Tino Dudink is one of our DBA Consultants and Senior Database Reliability Engineers. Earlier we looked into Tino's backpack. In this blog, Tino tells us how it is possible that after 25 years he still enjoys plodding through the depths of the database world.
Dissect and improve
One of the best things about working as a Database Reliability Engineer is dissecting and improving a database environment. I get to work with many different customers who are working with a business-critical system. That could be an accounting package, an ERP system or a CMS of a large website. Often the package has been running for a while and the company has become dependent on the system. That is not to say that people are always entirely happy with it, but you have to make do with what you have. If we take care of the database management, we are like a doctor taking the temperature every month. What is the situation with the environment? Do I see bottlenecks that I can pick up before they really start to hurt? Making the environment more secure against the increasingly complex challenges of cloud integration is also a frequent theme. Think about the usefulness and necessity of existing database permissions, protecting customer data and securing backups. Very valuable work.
Besides being a doctor, as a DBA you are often a life buoy. We have a kind of hotline (0353690304), and it regularly happens that someone hangs up on the line in panic. Then their own DBA is sick or on vacation or they just don't know anymore for some other reason. We then jump in and in 99 out of 100 cases we can help the organization out of the fire. It's very rewarding work and it demonstrates our expertise in a great way. We are not afraid of complex problems, on the contrary, we dive in with love and provide a solution.
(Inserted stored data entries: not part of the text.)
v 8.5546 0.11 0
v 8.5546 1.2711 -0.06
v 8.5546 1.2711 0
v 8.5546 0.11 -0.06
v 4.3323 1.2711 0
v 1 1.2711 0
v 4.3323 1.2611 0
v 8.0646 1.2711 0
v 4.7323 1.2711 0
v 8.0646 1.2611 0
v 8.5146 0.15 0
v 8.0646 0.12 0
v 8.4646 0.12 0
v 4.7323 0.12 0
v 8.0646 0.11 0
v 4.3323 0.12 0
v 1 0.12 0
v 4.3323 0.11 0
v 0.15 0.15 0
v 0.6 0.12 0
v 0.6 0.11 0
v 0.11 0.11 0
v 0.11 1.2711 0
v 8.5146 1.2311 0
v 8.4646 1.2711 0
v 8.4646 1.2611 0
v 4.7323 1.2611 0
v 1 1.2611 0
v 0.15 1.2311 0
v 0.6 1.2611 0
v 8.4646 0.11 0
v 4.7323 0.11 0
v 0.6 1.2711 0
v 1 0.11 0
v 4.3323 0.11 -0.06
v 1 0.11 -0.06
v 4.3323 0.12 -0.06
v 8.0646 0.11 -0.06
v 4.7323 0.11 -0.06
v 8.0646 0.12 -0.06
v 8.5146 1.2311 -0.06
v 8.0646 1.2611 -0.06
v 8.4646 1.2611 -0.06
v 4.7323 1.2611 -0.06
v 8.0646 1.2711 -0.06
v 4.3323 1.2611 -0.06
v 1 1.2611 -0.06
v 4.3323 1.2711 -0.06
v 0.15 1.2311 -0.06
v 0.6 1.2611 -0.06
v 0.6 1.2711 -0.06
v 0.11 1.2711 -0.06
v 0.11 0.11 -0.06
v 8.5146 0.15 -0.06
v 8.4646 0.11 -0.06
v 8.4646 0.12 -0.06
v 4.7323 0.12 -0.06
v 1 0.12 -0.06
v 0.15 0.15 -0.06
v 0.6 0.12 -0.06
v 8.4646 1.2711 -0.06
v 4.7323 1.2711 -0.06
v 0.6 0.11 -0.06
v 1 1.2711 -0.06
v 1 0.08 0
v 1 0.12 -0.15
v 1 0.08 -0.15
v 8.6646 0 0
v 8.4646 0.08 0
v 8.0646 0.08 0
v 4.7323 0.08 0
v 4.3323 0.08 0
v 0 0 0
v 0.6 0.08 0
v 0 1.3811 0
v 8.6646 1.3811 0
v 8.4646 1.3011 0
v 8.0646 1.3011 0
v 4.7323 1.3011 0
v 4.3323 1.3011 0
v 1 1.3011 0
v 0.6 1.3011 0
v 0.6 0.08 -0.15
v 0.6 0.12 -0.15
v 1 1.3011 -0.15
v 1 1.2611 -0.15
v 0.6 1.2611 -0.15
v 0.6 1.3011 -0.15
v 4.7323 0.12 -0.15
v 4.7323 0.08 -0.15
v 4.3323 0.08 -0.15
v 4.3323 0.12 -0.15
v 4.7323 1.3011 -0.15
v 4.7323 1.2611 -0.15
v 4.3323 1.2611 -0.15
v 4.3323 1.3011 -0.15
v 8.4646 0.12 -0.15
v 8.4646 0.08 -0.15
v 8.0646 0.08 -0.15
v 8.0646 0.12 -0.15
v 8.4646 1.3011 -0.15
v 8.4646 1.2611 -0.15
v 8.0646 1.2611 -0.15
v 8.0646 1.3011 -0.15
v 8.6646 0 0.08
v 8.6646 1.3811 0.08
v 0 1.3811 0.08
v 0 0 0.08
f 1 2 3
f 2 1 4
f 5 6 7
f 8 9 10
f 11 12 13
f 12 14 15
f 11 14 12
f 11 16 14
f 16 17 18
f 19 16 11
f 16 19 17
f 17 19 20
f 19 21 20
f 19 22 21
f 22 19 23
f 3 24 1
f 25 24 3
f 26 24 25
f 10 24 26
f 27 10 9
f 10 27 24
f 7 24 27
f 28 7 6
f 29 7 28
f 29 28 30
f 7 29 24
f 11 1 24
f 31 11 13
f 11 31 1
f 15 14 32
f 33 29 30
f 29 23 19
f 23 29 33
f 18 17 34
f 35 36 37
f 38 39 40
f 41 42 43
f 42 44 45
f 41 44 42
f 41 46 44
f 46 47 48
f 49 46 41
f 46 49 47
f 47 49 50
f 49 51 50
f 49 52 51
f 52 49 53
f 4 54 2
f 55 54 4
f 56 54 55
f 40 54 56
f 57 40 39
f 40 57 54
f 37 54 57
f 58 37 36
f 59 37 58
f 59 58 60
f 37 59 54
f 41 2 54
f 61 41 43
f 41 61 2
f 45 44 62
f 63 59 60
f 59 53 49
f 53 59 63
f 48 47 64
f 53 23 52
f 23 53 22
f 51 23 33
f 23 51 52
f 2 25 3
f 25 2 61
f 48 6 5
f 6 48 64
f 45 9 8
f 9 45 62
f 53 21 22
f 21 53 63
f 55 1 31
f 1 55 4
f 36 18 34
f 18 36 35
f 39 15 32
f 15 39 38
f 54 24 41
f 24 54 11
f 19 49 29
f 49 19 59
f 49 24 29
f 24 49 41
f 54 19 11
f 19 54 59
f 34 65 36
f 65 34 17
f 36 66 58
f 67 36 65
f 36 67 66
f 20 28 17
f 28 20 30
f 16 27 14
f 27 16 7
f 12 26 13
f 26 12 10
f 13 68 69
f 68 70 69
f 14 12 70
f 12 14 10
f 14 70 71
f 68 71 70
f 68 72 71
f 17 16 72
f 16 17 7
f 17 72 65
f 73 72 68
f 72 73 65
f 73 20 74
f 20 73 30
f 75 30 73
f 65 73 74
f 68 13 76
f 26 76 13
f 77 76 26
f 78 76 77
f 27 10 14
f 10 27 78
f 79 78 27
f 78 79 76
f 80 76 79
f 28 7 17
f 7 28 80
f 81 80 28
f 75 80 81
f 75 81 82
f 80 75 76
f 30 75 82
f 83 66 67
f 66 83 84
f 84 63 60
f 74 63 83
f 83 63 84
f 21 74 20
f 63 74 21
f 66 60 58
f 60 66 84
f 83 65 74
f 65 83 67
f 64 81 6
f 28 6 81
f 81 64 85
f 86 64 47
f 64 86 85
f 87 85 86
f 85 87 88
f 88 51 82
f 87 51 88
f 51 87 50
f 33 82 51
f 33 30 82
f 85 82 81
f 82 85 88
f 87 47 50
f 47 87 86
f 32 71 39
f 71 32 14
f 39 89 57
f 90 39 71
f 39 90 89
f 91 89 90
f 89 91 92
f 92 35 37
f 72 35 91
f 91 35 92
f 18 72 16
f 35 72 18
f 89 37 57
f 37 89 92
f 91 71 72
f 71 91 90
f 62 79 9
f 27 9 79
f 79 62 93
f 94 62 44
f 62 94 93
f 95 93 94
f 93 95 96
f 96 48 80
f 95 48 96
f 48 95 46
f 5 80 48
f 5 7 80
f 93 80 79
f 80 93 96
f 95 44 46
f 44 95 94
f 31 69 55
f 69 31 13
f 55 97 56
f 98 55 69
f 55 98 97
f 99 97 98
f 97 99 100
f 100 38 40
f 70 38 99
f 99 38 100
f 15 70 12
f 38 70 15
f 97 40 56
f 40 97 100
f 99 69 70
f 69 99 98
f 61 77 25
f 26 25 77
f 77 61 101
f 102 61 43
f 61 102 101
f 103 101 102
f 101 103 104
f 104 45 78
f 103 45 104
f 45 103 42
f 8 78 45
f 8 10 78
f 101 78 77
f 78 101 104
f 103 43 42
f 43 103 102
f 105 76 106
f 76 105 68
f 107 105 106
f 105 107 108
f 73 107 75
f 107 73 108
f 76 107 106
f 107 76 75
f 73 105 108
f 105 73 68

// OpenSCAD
// Industrial 12-Node Quantum Hub - Heavy-Duty Dust-Proof Locking Lid
$fn = 64;

// Matches the 215mm x 30mm PCB footprint constraints
pcb_length   = 215.0 * 0.0393701; // Inches (~8.46")
pcb_width    = 30.0  * 0.0393701; // Inches (~1.18")
wall         = 0.10;               // Wall thickness 
lid_thickness = 0.08;              // Core lid thickness
snap_clearance = 0.01;             // Mechanical tolerance allowance

module industrial_locking_lid() {
    union() {
        // 1. Primary Lid Protective Shield Plate
        cube([pcb_length + (wall * 2), pcb_width + (wall * 2), lid_thickness], center=false);
        
        // 2. Continuous Internal Dual-Lip Dust Gasket Channel
        // Seals out industrial overspray and particulate matter
        translate([wall + snap_clearance, wall + snap_clearance, -0.06])
            difference() {
                cube([pcb_length - (snap_clearance * 2), pcb_width - (snap_clearance * 2), 0.06]);
                translate([0.04, 0.04, -0.01])
                    cube([pcb_length - (snap_clearance * 2) - 0.08, pcb_width - (snap_clearance * 2) - 0.08, 0.08]);
            }
            
        // 3. Heavy-Duty Side Locking Tabs (Snaps into Main Chassis Base)
        // Positioned symmetrically to distribute locking pressure evenly
        for (tab_x = [0.5, pcb_length / 2, pcb_length - 0.5]) {
            // Front side locking tabs
            translate([tab_x + wall, wall - 0.02, -0.15])
                cube([0.40, 0.04, 0.15]);
            // Rear side locking tabs
            translate([tab_x + wall, pcb_width + wall - 0.02, -0.15])
                cube([0.40, 0.04, 0.15]);
        }
    }
}

industrial_locking_lid();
Our field never stands still and the importance of data is increasing. Data is the new gold, we hear it more and more. It sounds popular, of course, but there is some truth in it. Databases are now so crucial to IT applications that even the largest organizations would be nowhere without a well-organized database. The fact that we contribute to this makes our work interesting, every day. We're not here to sell nice reports, we're really on the front line. That performance pressure is quite addictive.
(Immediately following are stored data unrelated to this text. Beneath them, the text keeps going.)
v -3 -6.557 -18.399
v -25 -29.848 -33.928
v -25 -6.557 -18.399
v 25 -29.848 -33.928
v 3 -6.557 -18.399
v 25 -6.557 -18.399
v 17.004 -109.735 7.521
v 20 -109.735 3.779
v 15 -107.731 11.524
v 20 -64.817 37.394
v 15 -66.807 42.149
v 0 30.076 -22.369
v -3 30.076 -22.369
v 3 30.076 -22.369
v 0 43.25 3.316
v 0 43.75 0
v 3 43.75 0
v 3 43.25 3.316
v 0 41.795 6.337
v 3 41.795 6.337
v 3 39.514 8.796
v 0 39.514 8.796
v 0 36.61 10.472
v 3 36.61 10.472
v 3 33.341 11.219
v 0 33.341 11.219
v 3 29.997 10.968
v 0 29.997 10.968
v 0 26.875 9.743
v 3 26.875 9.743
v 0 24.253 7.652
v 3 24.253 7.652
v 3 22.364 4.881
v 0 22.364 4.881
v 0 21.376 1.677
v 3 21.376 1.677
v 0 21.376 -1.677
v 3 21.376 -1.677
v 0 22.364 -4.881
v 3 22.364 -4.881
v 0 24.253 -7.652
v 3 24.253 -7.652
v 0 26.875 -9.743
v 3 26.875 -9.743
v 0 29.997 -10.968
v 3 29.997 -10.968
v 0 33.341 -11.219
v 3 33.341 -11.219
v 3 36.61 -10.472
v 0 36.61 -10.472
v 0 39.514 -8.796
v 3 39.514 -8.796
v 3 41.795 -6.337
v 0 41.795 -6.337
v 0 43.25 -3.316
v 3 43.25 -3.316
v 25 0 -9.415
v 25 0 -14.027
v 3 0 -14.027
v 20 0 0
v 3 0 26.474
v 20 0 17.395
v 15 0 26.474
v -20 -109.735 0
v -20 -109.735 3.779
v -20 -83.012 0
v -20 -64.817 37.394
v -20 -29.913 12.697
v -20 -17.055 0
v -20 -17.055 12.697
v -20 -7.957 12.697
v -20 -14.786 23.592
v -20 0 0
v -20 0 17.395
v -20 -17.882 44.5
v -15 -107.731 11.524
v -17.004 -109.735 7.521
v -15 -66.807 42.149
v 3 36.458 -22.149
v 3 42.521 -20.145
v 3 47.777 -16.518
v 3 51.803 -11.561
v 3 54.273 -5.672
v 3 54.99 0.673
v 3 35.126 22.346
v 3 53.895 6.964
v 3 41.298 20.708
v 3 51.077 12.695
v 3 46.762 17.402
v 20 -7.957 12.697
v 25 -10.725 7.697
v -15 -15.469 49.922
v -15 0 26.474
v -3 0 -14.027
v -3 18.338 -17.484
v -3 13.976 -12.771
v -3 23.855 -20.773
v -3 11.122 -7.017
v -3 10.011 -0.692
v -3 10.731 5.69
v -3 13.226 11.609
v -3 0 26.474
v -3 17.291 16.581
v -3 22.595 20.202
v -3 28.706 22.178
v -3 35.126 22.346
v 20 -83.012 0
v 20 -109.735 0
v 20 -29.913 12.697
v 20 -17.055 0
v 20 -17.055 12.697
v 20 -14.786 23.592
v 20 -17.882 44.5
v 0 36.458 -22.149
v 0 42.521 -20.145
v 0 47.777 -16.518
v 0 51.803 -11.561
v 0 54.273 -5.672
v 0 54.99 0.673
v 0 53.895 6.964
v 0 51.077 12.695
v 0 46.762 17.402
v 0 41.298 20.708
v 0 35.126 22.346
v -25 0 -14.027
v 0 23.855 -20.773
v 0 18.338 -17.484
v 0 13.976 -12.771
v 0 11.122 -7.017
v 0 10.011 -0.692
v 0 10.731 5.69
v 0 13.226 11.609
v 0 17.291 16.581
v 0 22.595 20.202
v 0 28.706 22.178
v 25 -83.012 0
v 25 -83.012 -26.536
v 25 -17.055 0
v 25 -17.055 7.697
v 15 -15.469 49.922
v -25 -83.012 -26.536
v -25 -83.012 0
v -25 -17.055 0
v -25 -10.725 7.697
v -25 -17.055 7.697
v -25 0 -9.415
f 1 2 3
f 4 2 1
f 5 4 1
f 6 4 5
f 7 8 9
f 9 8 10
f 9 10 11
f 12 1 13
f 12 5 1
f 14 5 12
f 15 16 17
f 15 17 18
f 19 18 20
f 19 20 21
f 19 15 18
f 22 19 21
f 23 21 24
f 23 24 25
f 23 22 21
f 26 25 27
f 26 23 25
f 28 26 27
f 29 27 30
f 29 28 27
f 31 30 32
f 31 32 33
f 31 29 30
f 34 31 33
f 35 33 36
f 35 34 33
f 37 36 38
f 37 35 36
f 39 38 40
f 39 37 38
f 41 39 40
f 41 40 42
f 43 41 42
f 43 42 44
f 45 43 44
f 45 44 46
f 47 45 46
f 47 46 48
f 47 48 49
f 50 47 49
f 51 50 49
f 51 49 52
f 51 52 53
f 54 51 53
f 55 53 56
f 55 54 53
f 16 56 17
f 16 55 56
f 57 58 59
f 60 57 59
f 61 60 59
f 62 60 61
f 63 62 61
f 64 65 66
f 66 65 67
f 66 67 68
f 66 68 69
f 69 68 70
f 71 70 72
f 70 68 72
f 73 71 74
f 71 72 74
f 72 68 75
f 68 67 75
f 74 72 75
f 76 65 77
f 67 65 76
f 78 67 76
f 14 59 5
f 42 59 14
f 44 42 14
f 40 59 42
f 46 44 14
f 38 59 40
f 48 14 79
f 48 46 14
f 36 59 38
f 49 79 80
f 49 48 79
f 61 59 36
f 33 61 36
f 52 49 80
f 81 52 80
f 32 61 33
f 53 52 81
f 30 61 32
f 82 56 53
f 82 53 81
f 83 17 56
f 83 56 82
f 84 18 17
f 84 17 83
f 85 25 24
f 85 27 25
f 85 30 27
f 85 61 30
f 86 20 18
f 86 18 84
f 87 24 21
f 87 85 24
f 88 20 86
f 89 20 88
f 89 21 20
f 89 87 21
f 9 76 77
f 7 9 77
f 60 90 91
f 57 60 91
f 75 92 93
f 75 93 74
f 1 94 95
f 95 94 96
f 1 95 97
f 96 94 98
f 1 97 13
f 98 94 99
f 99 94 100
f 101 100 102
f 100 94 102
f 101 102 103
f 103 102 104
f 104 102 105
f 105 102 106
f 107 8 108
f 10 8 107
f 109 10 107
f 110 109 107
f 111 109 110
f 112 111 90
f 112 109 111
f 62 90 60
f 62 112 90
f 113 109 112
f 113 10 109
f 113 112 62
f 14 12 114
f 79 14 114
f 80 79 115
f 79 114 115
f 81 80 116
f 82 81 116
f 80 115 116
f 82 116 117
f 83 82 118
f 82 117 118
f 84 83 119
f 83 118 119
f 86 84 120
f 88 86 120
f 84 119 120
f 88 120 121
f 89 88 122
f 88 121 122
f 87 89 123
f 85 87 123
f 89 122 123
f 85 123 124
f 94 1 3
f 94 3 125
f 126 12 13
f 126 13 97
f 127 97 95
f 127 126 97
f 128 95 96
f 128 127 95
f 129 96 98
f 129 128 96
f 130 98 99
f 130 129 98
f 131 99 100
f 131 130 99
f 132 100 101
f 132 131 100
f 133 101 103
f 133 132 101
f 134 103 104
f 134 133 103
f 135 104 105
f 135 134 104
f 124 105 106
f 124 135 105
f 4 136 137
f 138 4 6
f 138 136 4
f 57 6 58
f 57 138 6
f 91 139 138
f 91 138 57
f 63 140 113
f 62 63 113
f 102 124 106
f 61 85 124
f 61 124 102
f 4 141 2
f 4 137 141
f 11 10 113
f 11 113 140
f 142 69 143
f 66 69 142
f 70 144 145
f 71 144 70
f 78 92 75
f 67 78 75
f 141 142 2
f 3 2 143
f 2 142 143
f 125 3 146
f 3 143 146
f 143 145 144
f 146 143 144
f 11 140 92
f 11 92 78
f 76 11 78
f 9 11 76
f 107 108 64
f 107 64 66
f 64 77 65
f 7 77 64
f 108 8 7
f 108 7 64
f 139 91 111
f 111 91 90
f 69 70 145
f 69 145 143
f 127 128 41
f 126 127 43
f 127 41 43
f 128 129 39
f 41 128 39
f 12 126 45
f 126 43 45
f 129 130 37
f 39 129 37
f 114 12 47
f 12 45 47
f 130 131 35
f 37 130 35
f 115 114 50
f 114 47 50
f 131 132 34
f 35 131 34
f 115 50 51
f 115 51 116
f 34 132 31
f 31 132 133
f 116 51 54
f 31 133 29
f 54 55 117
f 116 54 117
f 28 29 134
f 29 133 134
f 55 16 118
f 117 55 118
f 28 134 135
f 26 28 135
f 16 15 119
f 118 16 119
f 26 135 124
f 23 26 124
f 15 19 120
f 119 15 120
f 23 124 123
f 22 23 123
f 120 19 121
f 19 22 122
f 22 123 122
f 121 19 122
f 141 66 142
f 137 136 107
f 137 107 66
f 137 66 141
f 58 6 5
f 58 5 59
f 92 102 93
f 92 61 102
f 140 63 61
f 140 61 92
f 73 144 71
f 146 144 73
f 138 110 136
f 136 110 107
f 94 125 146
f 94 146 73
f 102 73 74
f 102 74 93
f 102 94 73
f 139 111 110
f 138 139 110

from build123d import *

# Parameters (mm, degrees)
F1_DEPTH      = 20
F1_DEPTH_BACK = 20
F2_DEPTH      = 25
F2_DEPTH_BACK = 25
F3_DEPTH      = 3
F3_DEPTH_BACK = 3
F0_R          = 11.25
F4_DEPTH      = 3
F5_T1_DEPTH   = 79.3350946098
F5_T3_DEPTH   = 53.4182341985
F5_T5_DEPTH   = 77.6393497362
F5_T7_DEPTH   = 53.8076131524
F5_T9_DEPTH   = 40.7011174437
F5_T11_DEPTH  = 34.8143073008


# Not quite as in the source:
# - a fillet or chamfer that OpenCascade refuses, or shapes differently, is made with other operations: its cross-section is extruded or revolved along the edge and cut away or added


with BuildPart() as f1:
    # F0 (on Right) → F1 (new body, two sides)
    with BuildSketch(Plane.YZ) as f1_sk:
        Polygon((0, 0), (0, 26.4743264821), (-15.4693145305, 49.9219790902), (-66.8067783117, 42.1494067516), (-109.735481441, 10.023953287), (-109.735481441, 0), (-83.011649549, 0), (-17.0549713075, 0), (-17.0549713075, 12.6967383549), (-7.9574938864, 12.6967383549), align=None)
    extrude(amount=F1_DEPTH)
    extrude(f1_sk.sketch, amount=-F1_DEPTH_BACK)

    # F0 (on Right) → F2 (join, two sides)
    with BuildSketch(Plane.YZ) as f2_sk:
        Polygon((-29.8482906073, -33.9278131723), (-6.5574786317, -18.399150059), (0, -14.0270879492), (0, 0), (-7.9574938864, 12.6967383549), (-17.0549713075, 12.6967383549), (-17.0549713075, 0), (-83.011649549, 0), (-83.011649549, -26.5361145139), align=None)
    extrude(amount=F2_DEPTH)
    extrude(f2_sk.sketch, amount=-F2_DEPTH_BACK)

    # F0 (on Right) → F3 (join, two sides)
    with BuildSketch(Plane.YZ) as f3_sk:
        with BuildLine():
            ThreePointArc((30.0759126991, -22.3690366524), (10.142147556, 2.5251602116), (35.1261815426, 22.346211547))
            Line((35.1261815426, 22.346211547), (0, 26.4743264821))
            Line((0, 26.4743264821), (0, 0))
            Line((0, 0), (0, -14.0270879492))
            Line((0, -14.0270879492), (-6.5574786317, -18.399150059))
            Line((-6.5574786317, -18.399150059), (30.0759126991, -22.3690366524))
        make_face()
    extrude(amount=F3_DEPTH)
    extrude(f3_sk.sketch, amount=-F3_DEPTH_BACK)

    # F0 (on Right) → F4 (join)
    with BuildSketch(Plane.YZ):
        with BuildLine():
            ThreePointArc((30.0759126991, -22.3690366524), (47.5284403005, -16.7450285797), (55, 0))
            ThreePointArc((55, 0), (49.3127791383, 14.9526070518), (35.1261815426, 22.346211547))
            ThreePointArc((35.1261815426, 22.346211547), (10.142147556, 2.5251602116), (30.0759126991, -22.3690366524))
        make_face()
        with Locations((32.5, 0)):
            Circle(F0_R, mode=Mode.SUBTRACT)
    extrude(amount=F4_DEPTH)

    # F5: chamfer of 5 on 11 edges, made by hand

    # F5_s2 → F5_t1 (cut)
    with BuildSketch(Plane(origin=(0, -12.3102659146, -9.2123182381), x_dir=(1, 0, 0), z_dir=(0, -0.8006358159, -0.5991513084))):
        Polygon((20, 68.7736932965), (15, 73.7736932965), (20, 73.7736932965), align=None)
        Polygon((-20, 68.7736932965), (-15, 73.7736932965), (-20, 73.7736932965), align=None)
    extrude(amount=F5_T1_DEPTH, mode=Mode.SUBTRACT)

    # F5_s4 → F5_t3 (cut)
    with BuildSketch(Plane.YZ.offset(-26.7091170992)):
        Polygon((-107.7312379828, 11.5238176028), (-109.735481441, 7.5206385233), (-109.735481441, 10.023953287), align=None)
    extrude(amount=F5_T3_DEPTH, mode=Mode.SUBTRACT)

    # F5_s6 → F5_t5 (cut)
    with BuildSketch(Plane(origin=(0, 4.9797561094, 0.7539428662), x_dir=(1, 0, 0), z_dir=(0, -0.9887321325, -0.1496955918))):
        Polygon((20, 46.675153037), (15, 51.675153037), (20, 51.675153037), align=None)
        Polygon((-15, 51.675153037), (-20, 46.675153037), (-20, 51.675153037), align=None)
    extrude(amount=F5_T5_DEPTH, mode=Mode.SUBTRACT)

    # F5_s8 → F5_t7 (cut)
    with BuildSketch(Plane(origin=(0, -5.0883568573, 7.7126897705), x_dir=(1, 0, 0), z_dir=(0, -0.5506900388, 0.8347098185))):
        Polygon((15, 14.5791478777), (20, 9.5791478777), (20, 14.5791478777), align=None)
        Polygon((-15, 14.5791478777), (-20, 9.5791478777), (-20, 14.5791478777), align=None)
    extrude(amount=F5_T7_DEPTH, mode=Mode.SUBTRACT)

    # F5_s10 → F5_t9 (cut)
    with BuildSketch(Plane(origin=(0, 6.8285367479, -10.8954082369), x_dir=(1, 0, 0), z_dir=(0, -0.5310558712, 0.8473368053))):
        Polygon((20, 0), (25, -5), (25, 0), align=None)
        Polygon((-25, -5), (-20, 0), (-25, 0), align=None)
    extrude(amount=F5_T9_DEPTH, mode=Mode.SUBTRACT)

    # F5_s12 → F5_t11 (cut)
    with BuildSketch(Plane.XZ.offset(-4.9009210535)):
        Polygon((25, 7.6967383549), (20, 12.6967383549), (25, 12.6967383549), align=None)
        Polygon((-25, 7.6967383549), (-20, 12.6967383549), (-25, 12.6967383549), align=None)
    extrude(amount=F5_T11_DEPTH, mode=Mode.SUBTRACT)


solid = f1.part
We are enormously dependent on technology today. Digitalization goes on and on, and there is a downside to that. Due to the increasing complexity and further intertwining of processes, all sorts of things can go wrong. There are still many steps to be taken. Data governance is becoming increasingly important, but having a good backup strategy is also crucial. We come across it every day: organizations that think they have organised their backups well, while in practice they turn out to be unusable. But if you become the victim of a ransomware attack, having a good backup is your salvation. If you can contribute to that, it is very valuable.
All these aspects mean that I have been 'poking around' in the depths of the database world with great pleasure for more than 25 years. It's an enormously fascinating field and a lively one, and I could have fun here for a while yet.